Input:

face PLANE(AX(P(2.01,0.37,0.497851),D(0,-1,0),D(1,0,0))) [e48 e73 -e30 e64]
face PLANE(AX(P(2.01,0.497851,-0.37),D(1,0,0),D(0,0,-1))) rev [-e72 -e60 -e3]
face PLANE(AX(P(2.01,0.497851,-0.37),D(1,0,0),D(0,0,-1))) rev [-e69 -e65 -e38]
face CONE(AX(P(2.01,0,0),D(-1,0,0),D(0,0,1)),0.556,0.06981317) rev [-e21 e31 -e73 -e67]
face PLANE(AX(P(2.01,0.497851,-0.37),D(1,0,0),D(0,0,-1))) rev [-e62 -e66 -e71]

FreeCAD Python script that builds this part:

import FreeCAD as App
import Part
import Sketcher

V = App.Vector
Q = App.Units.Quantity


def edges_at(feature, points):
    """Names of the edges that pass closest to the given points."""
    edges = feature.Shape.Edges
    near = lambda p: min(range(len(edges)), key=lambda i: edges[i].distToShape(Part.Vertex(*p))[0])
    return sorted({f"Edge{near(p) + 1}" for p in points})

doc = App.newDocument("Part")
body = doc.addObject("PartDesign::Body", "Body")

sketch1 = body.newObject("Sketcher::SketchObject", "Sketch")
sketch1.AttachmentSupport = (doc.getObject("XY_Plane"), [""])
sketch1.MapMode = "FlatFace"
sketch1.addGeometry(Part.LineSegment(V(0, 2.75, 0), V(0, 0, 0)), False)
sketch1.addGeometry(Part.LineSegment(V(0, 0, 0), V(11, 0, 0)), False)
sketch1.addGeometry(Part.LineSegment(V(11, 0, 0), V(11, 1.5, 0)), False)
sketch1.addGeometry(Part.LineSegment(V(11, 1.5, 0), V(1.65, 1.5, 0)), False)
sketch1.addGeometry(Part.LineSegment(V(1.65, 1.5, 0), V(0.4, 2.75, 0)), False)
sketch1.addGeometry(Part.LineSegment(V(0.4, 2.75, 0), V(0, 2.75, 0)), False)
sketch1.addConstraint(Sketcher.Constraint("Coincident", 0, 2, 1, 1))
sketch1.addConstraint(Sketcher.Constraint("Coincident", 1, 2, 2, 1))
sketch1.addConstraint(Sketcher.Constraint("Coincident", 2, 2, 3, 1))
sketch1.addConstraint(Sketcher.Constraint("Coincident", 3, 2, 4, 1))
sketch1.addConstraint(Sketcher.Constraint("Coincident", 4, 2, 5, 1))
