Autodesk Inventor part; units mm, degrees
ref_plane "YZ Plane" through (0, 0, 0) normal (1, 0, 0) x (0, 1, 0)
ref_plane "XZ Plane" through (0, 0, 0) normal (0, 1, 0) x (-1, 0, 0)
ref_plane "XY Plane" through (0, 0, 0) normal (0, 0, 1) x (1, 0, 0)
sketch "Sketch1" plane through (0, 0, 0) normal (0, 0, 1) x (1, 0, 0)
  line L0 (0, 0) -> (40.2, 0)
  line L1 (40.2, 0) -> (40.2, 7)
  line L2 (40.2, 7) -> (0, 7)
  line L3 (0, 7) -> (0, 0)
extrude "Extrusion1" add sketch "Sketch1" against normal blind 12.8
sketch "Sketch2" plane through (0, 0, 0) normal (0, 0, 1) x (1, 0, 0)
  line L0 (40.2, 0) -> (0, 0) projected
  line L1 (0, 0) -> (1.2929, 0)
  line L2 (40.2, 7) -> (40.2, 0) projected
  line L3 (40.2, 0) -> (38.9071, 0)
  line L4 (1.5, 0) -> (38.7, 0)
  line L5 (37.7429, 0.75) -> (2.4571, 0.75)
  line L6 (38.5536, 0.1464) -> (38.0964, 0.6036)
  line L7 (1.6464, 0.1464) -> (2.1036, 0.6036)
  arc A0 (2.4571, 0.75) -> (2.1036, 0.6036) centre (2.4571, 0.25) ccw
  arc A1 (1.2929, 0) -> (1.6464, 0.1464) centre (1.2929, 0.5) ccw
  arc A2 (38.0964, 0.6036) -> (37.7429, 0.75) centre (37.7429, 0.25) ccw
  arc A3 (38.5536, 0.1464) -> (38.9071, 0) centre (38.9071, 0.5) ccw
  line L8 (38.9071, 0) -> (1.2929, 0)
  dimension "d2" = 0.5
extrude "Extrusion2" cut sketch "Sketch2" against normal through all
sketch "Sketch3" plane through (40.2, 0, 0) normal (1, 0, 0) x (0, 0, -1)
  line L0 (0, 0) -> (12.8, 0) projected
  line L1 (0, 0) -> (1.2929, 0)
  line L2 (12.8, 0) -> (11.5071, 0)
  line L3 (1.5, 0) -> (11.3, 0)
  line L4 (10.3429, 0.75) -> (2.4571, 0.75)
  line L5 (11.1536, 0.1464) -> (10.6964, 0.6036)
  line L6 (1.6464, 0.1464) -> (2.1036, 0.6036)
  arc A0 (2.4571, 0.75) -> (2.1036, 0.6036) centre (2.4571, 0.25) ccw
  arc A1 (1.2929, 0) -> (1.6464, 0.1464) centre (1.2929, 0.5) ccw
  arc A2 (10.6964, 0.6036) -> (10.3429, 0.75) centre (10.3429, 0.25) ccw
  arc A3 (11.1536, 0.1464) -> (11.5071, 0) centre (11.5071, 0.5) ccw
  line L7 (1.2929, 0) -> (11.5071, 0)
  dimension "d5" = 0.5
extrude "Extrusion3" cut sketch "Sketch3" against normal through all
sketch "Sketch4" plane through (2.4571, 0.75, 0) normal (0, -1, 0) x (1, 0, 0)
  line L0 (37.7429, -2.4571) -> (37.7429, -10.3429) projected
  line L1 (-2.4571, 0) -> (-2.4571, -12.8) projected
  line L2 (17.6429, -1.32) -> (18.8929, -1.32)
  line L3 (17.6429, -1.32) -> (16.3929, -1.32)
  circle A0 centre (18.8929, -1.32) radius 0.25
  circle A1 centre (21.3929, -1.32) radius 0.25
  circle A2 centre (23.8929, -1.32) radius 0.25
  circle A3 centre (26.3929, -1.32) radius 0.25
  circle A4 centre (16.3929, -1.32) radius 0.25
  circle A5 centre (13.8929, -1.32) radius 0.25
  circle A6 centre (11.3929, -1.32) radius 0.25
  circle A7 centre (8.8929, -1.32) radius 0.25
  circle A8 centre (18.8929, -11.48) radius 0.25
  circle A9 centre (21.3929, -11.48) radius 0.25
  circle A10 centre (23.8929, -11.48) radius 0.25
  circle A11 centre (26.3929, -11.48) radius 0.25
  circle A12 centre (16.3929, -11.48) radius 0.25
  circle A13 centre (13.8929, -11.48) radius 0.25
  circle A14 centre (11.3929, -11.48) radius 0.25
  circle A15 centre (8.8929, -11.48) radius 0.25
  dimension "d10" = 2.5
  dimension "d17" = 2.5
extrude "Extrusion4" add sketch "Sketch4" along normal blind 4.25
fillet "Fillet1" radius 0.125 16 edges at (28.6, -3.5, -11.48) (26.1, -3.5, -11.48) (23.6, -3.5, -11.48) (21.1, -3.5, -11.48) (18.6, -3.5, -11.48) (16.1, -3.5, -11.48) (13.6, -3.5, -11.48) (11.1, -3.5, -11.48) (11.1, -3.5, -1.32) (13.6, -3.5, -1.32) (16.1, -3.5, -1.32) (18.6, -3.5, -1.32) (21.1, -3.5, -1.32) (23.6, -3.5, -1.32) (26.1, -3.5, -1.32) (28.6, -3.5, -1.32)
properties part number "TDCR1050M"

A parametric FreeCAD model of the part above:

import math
import FreeCAD as App
import Part
import Sketcher
from FreeCAD import Vector
Q = App.Units.Quantity


def edges_at(feature, points):
    """Names of the edges that pass closest to the given points."""
    edges = feature.Shape.Edges
    near = lambda p: min(range(len(edges)), key=lambda i: edges[i].distToShape(Part.Vertex(*p))[0])
    return sorted({f"Edge{near(p) + 1}" for p in points})


def add_polygon(sketch, points):
    """Adds a closed chain of lines whose ends are joined by coincident constraints."""
    first, n = sketch.GeometryCount, len(points)
    for a, b in zip(points, points[1:] + points[:1]):
        sketch.addGeometry(Part.LineSegment(App.Vector(*a, 0), App.Vector(*b, 0)), False)
    for i in range(n):
        sketch.addConstraint(Sketcher.Constraint("Coincident", first + i, 2, first + (i + 1) % n, 1))

doc = App.newDocument("Part")
body = doc.addObject("PartDesign::Body", "Body")

sketch1 = body.newObject("Sketcher::SketchObject", "Sketch")
sketch1.AttachmentSupport = (doc.getObject("XY_Plane"), [""])
sketch1.MapMode = "FlatFace"
add_polygon(sketch1, [(0, 7), (0, 0), (40, 0), (40, 7)])
sketch1.addConstraint([
    Sketcher.Constraint("Vertical", 0),
    Sketcher.Constraint("Horizontal", 1),
    Sketcher.Constraint("Vertical", 2),
    Sketcher.Constraint("Horizontal", 3),
    Sketcher.Constraint("Coincident", 0, 2, -1, 1),
    Sketcher.Constraint("DistanceY", 0, 2, 0, 1, Q("7 mm")),
    Sketcher.Constraint("DistanceX", 1, 1, 1, 2, Q("40.2 mm")),
])
pad1 = body.newObject("PartDesign::Pad", "Pad")
pad1.Profile = sketch1
pad1.Length = 12.8
pad1.Reversed = True

sketch2 = body.newObject("Sketcher::SketchObject", "Sketch001")
sketch2.AttachmentSupport = (doc.getObject("XY_Plane"), [""])
sketch2.MapMode = "FlatFace"
sketch2.addGeometry([
    Part.LineSegment(Vector(1.29, 0, 0), Vector(38.91, 0, 0)),
    Part.ArcOfCircle(Part.Circle(Vector(38.91, 0.5, 0), Vector(0, 0, 1), 0.5), math.radians(-135), math.radians(-90)),
    Part.LineSegment(Vector(38.55, 0.15, 0), Vector(38.1, 0.6, 0)),
    Part.ArcOfCircle(Part.Circle(Vector(37.74, 0.25, 0), Vector(0, 0, 1), 0.5), math.radians(45), math.radians(90)),
    Part.LineSegment(Vector(37.74, 0.75, 0), Vector(2.46, 0.75, 0)),
    Part.ArcOfCircle(Part.Circle(Vector(2.46, 0.25, 0), Vector(0, 0, 1), 0.5), math.radians(90), math.radians(135)),
    Part.LineSegment(Vector(2.1, 0.6, 0), Vector(1.65, 0.15, 0)),
    Part.ArcOfCircle(Part.Circle(Vector(1.29, 0.5, 0), Vector(0, 0, 1), 0.5), math.radians(-90), math.radians(-45)),
], False)
sketch2.addConstraint([
    Sketcher.Constraint("Tangent", 0, 2, 1, 2),
    Sketcher.Constraint("Tangent", 1, 1, 2, 1),
    Sketcher.Constraint("Tangent", 2, 2, 3, 1),
    Sketcher.Constraint("Tangent", 3, 2, 4, 1),
    Sketcher.Constraint("Tangent", 4, 2, 5, 1),
    Sketcher.Constraint("Tangent", 5, 2, 6, 1),
    Sketcher.Constraint("Tangent", 6, 2, 7, 2),
    Sketcher.Constraint("Tangent", 7, 1, 0, 1),
    Sketcher.Constraint("Horizontal", 0),
    Sketcher.Constraint("Horizontal", 4),
    Sketcher.Constraint("Equal", 1, 3),
    Sketcher.Constraint("Equal", 3, 5),
    Sketcher.Constraint("Equal", 5, 7),
    Sketcher.Constraint("PointOnObject", 0, 2, -1),
    Sketcher.Constraint("Perpendicular", 2, 6),
    Sketcher.Constraint("Horizontal", 2, 2, 5, 2),
    Sketcher.Constraint("Radius", 1, Q("0.5 mm")),
    Sketcher.Constraint("DistanceY", -1, 1, 3, 3, Q("0.25 mm")),
    Sketcher.Constraint("DistanceX", 5, 3, 1, 3, Q("36.45 mm")),
    Sketcher.Constraint("DistanceX", -1, 1, 1, 3, Q("38.907 mm")),
])
pocket1 = body.newObject("PartDesign::Pocket", "Pocket")
pocket1.Profile = sketch2
pocket1.Type = "ThroughAll"

sketch3 = body.newObject("Sketcher::SketchObject", "Sketch002")
sketch3.AttachmentSupport = (doc.getObject("YZ_Plane"), [""])
sketch3.MapMode = "FlatFace"
sketch3.AttachmentOffset = App.Placement(Vector(0, 0, 40.2), App.Rotation())
sketch3.addGeometry([
    Part.ArcOfCircle(Part.Circle(Vector(0.5, -1.29, 0), Vector(0, 0, 1), 0.5), math.radians(180), math.radians(225)),
    Part.LineSegment(Vector(0, -1.29, 0), Vector(0, -11.51, 0)),
    Part.ArcOfCircle(Part.Circle(Vector(0.5, -11.51, 0), Vector(0, 0, 1), 0.5), math.radians(135), math.radians(180)),
    Part.LineSegment(Vector(0.15, -11.15, 0), Vector(0.6, -10.7, 0)),
    Part.ArcOfCircle(Part.Circle(Vector(0.25, -10.34, 0), Vector(0, 0, 1), 0.5), math.radians(-45), math.radians(0)),
    Part.LineSegment(Vector(0.75, -10.34, 0), Vector(0.75, -2.46, 0)),
    Part.ArcOfCircle(Part.Circle(Vector(0.25, -2.46, 0), Vector(0, 0, 1), 0.5), math.radians(0), math.radians(45)),
    Part.LineSegment(Vector(0.6, -2.1, 0), Vector(0.15, -1.65, 0)),
], False)
sketch3.addConstraint([
    Sketcher.Constraint("Tangent", 0, 1, 1, 1),
    Sketcher.Constraint("Tangent", 1, 2, 2, 2),
    Sketcher.Constraint("Tangent", 2, 1, 3, 1),
    Sketcher.Constraint("Tangent", 3, 2, 4, 1),
    Sketcher.Constraint("Tangent", 4, 2, 5, 1),
    Sketcher.Constraint("Tangent", 5, 2, 6, 1),
    Sketcher.Constraint("Tangent", 6, 2, 7, 1),
    Sketcher.Constraint("Tangent", 7, 2, 0, 2),
    Sketcher.Constraint("Vertical", 1),
    Sketcher.Constraint("Vertical", 5),
    Sketcher.Constraint("Equal", 0, 2),
    Sketcher.Constraint("Equal", 2, 4),
    Sketcher.Constraint("Equal", 4, 6),
    Sketcher.Constraint("PointOnObject", 0, 1, -2),
    Sketcher.Constraint("Perpendicular", 3, 7),
    Sketcher.Constraint("Vertical", 3, 2, 6, 2),
    Sketcher.Constraint("Radius", 0, Q("0.5 mm")),
    Sketcher.Constraint("DistanceX", -1, 1, 4, 3, Q("0.25 mm")),
    Sketcher.Constraint("DistanceY", 4, 3, 0, 3, Q("9.05 mm")),
    Sketcher.Constraint("DistanceY", 0, 3, -1, 1, Q("1.293 mm")),
])
pocket2 = body.newObject("PartDesign::Pocket", "Pocket001")
pocket2.Profile = sketch3
pocket2.Type = "ThroughAll"

sketch4 = body.newObject("Sketcher::SketchObject", "Sketch003")
sketch4.AttachmentSupport = (doc.getObject("XZ_Plane"), [""])
sketch4.MapMode = "FlatFace"
sketch4.AttachmentOffset = App.Placement(Vector(0, 0, -0.75), App.Rotation())
sketch4.addGeometry([
    Part.Circle(Vector(21.35, -1.32, 0), Vector(0, 0, 1), 0.25),
    Part.Circle(Vector(18.85, -1.32, 0), Vector(0, 0, 1), 0.25),
    Part.Circle(Vector(23.85, -1.32, 0), Vector(0, 0, 1), 0.25),
    Part.Circle(Vector(26.35, -1.32, 0), Vector(0, 0, 1), 0.25),
    Part.Circle(Vector(28.85, -1.32, 0), Vector(0, 0, 1), 0.25),
    Part.Circle(Vector(16.35, -1.32, 0), Vector(0, 0, 1), 0.25),
    Part.Circle(Vector(13.85, -1.32, 0), Vector(0, 0, 1), 0.25),
    Part.Circle(Vector(11.35, -1.32, 0), Vector(0, 0, 1), 0.25),
    Part.Circle(Vector(21.35, -11.48, 0), Vector(0, 0, 1), 0.25),
    Part.Circle(Vector(23.85, -11.48, 0), Vector(0, 0, 1), 0.25),
    Part.Circle(Vector(26.35, -11.48, 0), Vector(0, 0, 1), 0.25),
    Part.Circle(Vector(28.85, -11.48, 0), Vector(0, 0, 1), 0.25),
    Part.Circle(Vector(18.85, -11.48, 0), Vector(0, 0, 1), 0.25),
    Part.Circle(Vector(16.35, -11.48, 0), Vector(0, 0, 1), 0.25),
    Part.Circle(Vector(13.85, -11.48, 0), Vector(0, 0, 1), 0.25),
    Part.Circle(Vector(11.35, -11.48, 0), Vector(0, 0, 1), 0.25),
], False)
sketch4.addConstraint([
    Sketcher.Constraint("Equal", 0, 1),
    Sketcher.Constraint("Equal", 1, 2),
    Sketcher.Constraint("Equal", 2, 3),
    Sketcher.Constraint("Equal", 3, 4),
    Sketcher.Constraint("Equal", 4, 5),
    Sketcher.Constraint("Equal", 5, 6),
    Sketcher.Constraint("Equal", 6, 7),
    Sketcher.Constraint("Equal", 7, 8),
    Sketcher.Constraint("Equal", 8, 9),
    Sketcher.Constraint("Equal", 9, 10),
    Sketcher.Constraint("Equal", 10, 11),
    Sketcher.Constraint("Equal", 11, 12),
    Sketcher.Constraint("Equal", 12, 13),
    Sketcher.Constraint("Equal", 13, 14),
    Sketcher.Constraint("Equal", 14, 15),
    Sketcher.Constraint("Horizontal", 0, 3, 1, 3),
    Sketcher.Constraint("Horizontal", 1, 3, 2, 3),
    Sketcher.Constraint("Horizontal", 2, 3, 3, 3),
    Sketcher.Constraint("Horizontal", 3, 3, 4, 3),
    Sketcher.Constraint("Horizontal", 4, 3, 5, 3),
    Sketcher.Constraint("Horizontal", 5, 3, 6, 3),
    Sketcher.Constraint("Horizontal", 6, 3, 7, 3),
    Sketcher.Constraint("Horizontal", 8, 3, 9, 3),
    Sketcher.Constraint("Horizontal", 9, 3, 10, 3),
    Sketcher.Constraint("Horizontal", 10, 3, 11, 3),
    Sketcher.Constraint("Horizontal", 11, 3, 12, 3),
    Sketcher.Constraint("Horizontal", 12, 3, 13, 3),
    Sketcher.Constraint("Horizontal", 13, 3, 14, 3),
    Sketcher.Constraint("Horizontal", 14, 3, 15, 3),
    Sketcher.Constraint("Vertical", 0, 3, 8, 3),
    Sketcher.Constraint("Vertical", 2, 3, 9, 3),
    Sketcher.Constraint("Vertical", 3, 3, 10, 3),
    Sketcher.Constraint("Vertical", 4, 3, 11, 3),
    Sketcher.Constraint("Vertical", 1, 3, 12, 3),
    Sketcher.Constraint("Vertical", 5, 3, 13, 3),
    Sketcher.Constraint("Vertical", 6, 3, 14, 3),
    Sketcher.Constraint("Vertical", 7, 3, 15, 3),
    Sketcher.Constraint("DistanceX", 1, 3, 4, 3, Q("10 mm")),
    Sketcher.Constraint("DistanceX", 5, 3, 3, 3, Q("10 mm")),
    Sketcher.Constraint("DistanceX", 6, 3, 2, 3, Q("10 mm")),
    Sketcher.Constraint("DistanceX", 7, 3, 0, 3, Q("10 mm")),
    Sketcher.Constraint("Diameter", 0, Q("0.5 mm")),
    Sketcher.Constraint("DistanceX", 1, 3, 0, 3, Q("2.5 mm")),
    Sketcher.Constraint("DistanceX", 0, 3, 2, 3, Q("2.5 mm")),
    Sketcher.Constraint("DistanceX", 2, 3, 3, 3, Q("2.5 mm")),
    Sketcher.Constraint("DistanceX", -1, 1, 0, 3, Q("21.35 mm")),
    Sketcher.Constraint("DistanceY", 0, 3, -1, 1, Q("1.32 mm")),
    Sketcher.Constraint("DistanceY", 8, 3, -1, 1, Q("11.48 mm")),
])
pad2 = body.newObject("PartDesign::Pad", "Pad001")
pad2.Profile = sketch4
pad2.Length = 4.25
doc.recompute()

Task goal:
For every line above that includes the word "projected", return the line.

Solution to the problem:
  line L0 (40.2, 0) -> (0, 0) projected
  line L2 (40.2, 7) -> (40.2, 0) projected
  line L0 (0, 0) -> (12.8, 0) projected
  line L0 (37.7429, -2.4571) -> (37.7429, -10.3429) projected
  line L1 (-2.4571, 0) -> (-2.4571, -12.8) projected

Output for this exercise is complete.